May 2024 Vol. 79 No. 5


Equappment: App built for better HDD, utility construction production

By Corinna Hunt, Contributing Editor 

For three generations, Melfred Borzall’s focus has been on enabling better and smarter ways of installing underground utilities. 

The company was handed down from Fred Melsheimer to his son Dick, and eventually to Dick’s sons Peter and Eric, now respectively the vice president and president.  

Peter Melsheimer

In this third generation, the original mission has directed Peter Melsheimer toward Equappment, an organization and productivity App currently targeted toward smaller-to-medium-sized utility contractors. “The goal for both companies is the same, really,” he said. “We’re just trying to make the utility contractors more efficient and more productive.” 

Throughout his years of working for Melfred Borzall, Melsheimer spent time out in the field, alongside contractors, where he witnessed inefficiencies halt production, such as crews not having all of the necessary equipment to complete a job, or not returning all equipment back from the site after the job was finished. 

“All this was simple to solve, but it was costing them hours of downtime,” he said. “So that was kind of the first iteration [of Equappment] … a way for contractors to manage their equipment and tools.” 

Having a database inventory of equipment and being able to schedule it out to a job created a checklist that crew members could refer to, ensuring they would take – and bring back – everything they needed, he said. 
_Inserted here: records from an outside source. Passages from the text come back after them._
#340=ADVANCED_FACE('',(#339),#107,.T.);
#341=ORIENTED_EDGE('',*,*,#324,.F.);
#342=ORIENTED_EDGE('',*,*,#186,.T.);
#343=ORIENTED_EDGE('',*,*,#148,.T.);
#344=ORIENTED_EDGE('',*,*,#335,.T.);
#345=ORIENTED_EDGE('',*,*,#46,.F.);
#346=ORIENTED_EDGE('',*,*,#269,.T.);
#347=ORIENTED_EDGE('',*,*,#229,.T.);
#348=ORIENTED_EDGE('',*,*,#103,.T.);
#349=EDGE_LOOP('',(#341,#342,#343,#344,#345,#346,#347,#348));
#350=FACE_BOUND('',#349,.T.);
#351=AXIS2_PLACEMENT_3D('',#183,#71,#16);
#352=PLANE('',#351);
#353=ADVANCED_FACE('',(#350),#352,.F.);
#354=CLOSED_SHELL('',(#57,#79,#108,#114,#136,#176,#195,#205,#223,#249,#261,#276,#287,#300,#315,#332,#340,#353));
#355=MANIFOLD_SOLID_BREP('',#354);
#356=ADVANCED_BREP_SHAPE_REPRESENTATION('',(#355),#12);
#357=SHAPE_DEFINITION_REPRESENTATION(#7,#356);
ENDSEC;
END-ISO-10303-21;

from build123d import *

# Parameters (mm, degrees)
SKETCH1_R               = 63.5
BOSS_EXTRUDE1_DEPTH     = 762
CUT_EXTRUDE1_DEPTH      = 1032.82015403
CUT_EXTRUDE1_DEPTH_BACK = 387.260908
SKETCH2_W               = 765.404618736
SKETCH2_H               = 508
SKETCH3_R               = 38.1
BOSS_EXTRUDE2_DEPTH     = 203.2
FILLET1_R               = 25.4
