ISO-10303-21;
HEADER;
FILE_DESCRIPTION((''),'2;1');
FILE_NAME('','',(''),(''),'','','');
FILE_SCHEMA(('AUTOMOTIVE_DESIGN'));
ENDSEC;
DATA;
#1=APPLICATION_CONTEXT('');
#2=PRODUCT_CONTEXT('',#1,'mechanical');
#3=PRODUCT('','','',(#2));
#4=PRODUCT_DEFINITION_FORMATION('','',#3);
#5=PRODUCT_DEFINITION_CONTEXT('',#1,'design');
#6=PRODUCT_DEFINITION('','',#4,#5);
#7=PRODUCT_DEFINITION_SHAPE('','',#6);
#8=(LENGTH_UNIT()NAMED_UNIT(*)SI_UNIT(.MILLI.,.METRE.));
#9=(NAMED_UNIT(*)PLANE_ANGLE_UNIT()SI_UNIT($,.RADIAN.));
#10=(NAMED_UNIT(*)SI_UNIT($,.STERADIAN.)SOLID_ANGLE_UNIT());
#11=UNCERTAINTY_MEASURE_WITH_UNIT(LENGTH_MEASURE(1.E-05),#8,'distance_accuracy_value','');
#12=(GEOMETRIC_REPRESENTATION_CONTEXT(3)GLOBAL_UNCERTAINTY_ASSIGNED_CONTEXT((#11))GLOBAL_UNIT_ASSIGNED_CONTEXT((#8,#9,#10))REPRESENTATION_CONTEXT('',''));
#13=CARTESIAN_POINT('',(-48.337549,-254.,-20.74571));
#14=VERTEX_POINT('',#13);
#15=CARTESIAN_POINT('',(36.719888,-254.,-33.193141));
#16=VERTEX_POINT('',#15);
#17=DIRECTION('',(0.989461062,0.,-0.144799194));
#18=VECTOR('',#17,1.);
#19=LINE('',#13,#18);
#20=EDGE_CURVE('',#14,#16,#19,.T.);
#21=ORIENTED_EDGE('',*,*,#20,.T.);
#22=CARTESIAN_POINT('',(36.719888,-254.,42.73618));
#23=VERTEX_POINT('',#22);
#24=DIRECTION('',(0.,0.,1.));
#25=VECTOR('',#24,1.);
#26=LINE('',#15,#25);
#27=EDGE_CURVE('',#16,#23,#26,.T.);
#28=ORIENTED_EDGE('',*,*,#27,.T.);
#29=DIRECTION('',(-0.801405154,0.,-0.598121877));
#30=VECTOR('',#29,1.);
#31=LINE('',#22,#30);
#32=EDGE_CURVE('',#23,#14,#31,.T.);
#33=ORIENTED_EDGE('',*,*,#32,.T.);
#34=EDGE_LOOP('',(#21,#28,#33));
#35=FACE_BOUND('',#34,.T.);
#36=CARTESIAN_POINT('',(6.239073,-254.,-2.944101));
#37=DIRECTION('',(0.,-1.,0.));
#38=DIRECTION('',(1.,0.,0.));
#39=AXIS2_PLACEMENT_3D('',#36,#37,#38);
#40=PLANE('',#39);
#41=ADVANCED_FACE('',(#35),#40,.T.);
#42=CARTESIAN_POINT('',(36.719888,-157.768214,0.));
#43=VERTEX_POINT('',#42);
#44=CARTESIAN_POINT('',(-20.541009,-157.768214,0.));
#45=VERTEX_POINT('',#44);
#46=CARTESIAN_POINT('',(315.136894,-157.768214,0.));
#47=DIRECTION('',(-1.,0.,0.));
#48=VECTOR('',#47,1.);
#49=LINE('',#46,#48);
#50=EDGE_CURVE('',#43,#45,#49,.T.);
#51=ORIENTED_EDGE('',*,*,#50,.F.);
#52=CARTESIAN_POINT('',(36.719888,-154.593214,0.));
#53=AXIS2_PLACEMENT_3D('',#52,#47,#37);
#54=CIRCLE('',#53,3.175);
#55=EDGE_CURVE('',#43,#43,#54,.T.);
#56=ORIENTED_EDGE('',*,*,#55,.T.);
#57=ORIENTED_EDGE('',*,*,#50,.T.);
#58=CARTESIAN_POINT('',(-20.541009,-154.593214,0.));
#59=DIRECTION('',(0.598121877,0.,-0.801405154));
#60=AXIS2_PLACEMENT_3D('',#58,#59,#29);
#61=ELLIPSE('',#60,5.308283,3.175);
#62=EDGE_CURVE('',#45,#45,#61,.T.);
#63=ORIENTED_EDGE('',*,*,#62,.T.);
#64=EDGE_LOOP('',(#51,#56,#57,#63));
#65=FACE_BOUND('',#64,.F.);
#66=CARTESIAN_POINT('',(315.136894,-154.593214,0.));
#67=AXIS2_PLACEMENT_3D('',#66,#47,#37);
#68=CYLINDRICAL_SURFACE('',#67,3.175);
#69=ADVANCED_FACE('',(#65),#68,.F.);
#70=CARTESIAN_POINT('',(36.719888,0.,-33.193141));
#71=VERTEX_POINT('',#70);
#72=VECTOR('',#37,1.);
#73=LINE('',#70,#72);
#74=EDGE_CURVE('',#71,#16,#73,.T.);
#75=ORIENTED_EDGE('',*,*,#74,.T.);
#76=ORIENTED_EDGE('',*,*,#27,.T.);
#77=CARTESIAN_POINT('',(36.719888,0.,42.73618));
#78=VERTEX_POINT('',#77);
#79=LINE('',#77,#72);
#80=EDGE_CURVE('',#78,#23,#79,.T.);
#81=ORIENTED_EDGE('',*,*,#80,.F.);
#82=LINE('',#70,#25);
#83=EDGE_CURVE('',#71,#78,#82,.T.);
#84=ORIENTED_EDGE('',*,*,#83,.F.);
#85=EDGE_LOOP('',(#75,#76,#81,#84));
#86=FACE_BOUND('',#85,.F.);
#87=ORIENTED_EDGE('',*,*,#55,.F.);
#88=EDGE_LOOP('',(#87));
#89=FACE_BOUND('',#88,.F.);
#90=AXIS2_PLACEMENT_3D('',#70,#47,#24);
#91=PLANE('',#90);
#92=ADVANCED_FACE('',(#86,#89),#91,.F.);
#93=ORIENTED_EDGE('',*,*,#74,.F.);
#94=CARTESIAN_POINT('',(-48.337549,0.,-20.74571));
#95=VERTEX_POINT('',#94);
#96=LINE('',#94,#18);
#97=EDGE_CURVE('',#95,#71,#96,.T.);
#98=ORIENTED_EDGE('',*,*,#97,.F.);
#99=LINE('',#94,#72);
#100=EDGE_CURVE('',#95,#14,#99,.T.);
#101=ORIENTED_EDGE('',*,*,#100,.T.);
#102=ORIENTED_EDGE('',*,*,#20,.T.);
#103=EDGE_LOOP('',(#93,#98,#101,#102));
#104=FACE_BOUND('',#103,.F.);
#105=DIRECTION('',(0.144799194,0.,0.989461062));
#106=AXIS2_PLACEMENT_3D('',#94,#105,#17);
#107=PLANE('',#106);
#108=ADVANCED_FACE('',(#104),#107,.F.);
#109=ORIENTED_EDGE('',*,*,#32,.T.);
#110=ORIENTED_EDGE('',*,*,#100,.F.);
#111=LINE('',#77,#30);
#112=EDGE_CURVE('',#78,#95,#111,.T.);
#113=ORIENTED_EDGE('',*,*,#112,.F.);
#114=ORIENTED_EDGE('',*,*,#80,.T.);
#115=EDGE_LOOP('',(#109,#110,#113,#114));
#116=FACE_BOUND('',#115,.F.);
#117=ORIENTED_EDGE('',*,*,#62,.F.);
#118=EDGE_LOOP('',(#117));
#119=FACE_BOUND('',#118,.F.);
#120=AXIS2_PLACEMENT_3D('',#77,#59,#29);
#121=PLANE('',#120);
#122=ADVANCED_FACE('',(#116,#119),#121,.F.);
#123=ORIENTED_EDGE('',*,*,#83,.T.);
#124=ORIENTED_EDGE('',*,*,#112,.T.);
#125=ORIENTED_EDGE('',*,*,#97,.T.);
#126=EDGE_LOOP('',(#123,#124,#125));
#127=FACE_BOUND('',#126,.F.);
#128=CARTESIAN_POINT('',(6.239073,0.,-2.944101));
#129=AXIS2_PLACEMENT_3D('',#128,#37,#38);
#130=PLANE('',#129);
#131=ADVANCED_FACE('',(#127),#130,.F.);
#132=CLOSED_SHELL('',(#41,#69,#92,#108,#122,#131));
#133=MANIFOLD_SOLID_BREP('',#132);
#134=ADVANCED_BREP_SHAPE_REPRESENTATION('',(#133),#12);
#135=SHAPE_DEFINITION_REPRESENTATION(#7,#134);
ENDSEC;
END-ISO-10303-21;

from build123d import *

# Parameters (mm, degrees)
F1_DEPTH = 254
F3_D     = 6.35


with BuildPart() as f1:
    # F0 (on Front) → F1 (new body)
    with BuildSketch(Plane.XZ):
        Polygon((36.719888, 42.73618), (-48.337549, -20.74571), (36.719888, -33.193141), align=None)
    extrude(amount=F1_DEPTH)

    # F3 (through all)
    with Locations(Plane.YZ.offset(36.719888)):
        with Locations((-154.593214, 0)):
            Hole(F3_D / 2)


solid = f1.part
Equappment gives crews in the field all the information they need to maximize production and minimize costly downtime.

App evolution 

It’s been a few years since the initial creation of Equappment, which is available as an Apple iOS and a web-based App, with a native Android App coming. The app can still create project checklists, but also offers features such as photo documentation. 

“It’s pretty focused on utility construction because that’s my background and the industry I’ve been involved in,” he said of Equappment. “I can see many of the App’s features being applicable to other segments of construction, but right now the focus is on utility construction.” 

Melsheimer’s first foray into App development has been a learning experience but entirely positive, and Equappment has built out over time to become more of the construction project management platform that it is now. 

Never lose track of another locate ticket for all your jobs.

“The overarching feature is that it gives you a consolidated location for all operational information for field crews that they can pull up onsite,” he said. 

Everything, from equipment to crew members, can be scheduled out through Equappment for different jobs. Tasks can be assigned and given estimates of how long they should take so that crew members know what’s expected. Then, the project manager can see later what was done and how much time it actually took compared to the initial expectation. 

“They can build a history from that data and be more accurate in their bidding,” he said. 

The App is securely cloud-based and syncs in real time, so those in the office can potentially see, for example, a photo from a job site as soon as it’s added to the App. As a job is finished, App users have the option to update the project status from “in progress” to “closed.” 


With the Task Management feature, your crews know what needs to be done next – and you know how the job is progressing.

Equappment requires a two-user minimum for each of the subscription options and offers three monthly pricing tiers: $15, $29 and $49 per user, per month. Users can be added and removed as needed, and when users are removed, the monthly price is prorated. 

Contractors’ response thus far has been positive, Melsheimer said, and their feedback has proven integral to further App development. For example, a locate ticket management feature was developed to help circumvent one “pain point” for contractors. 

Locate tickets are required by law; must be approved before contractors can start work, which they must do by a certain date; and then the ticket can expire and require resubmission – alt6ogether, it can be a lot to manage. 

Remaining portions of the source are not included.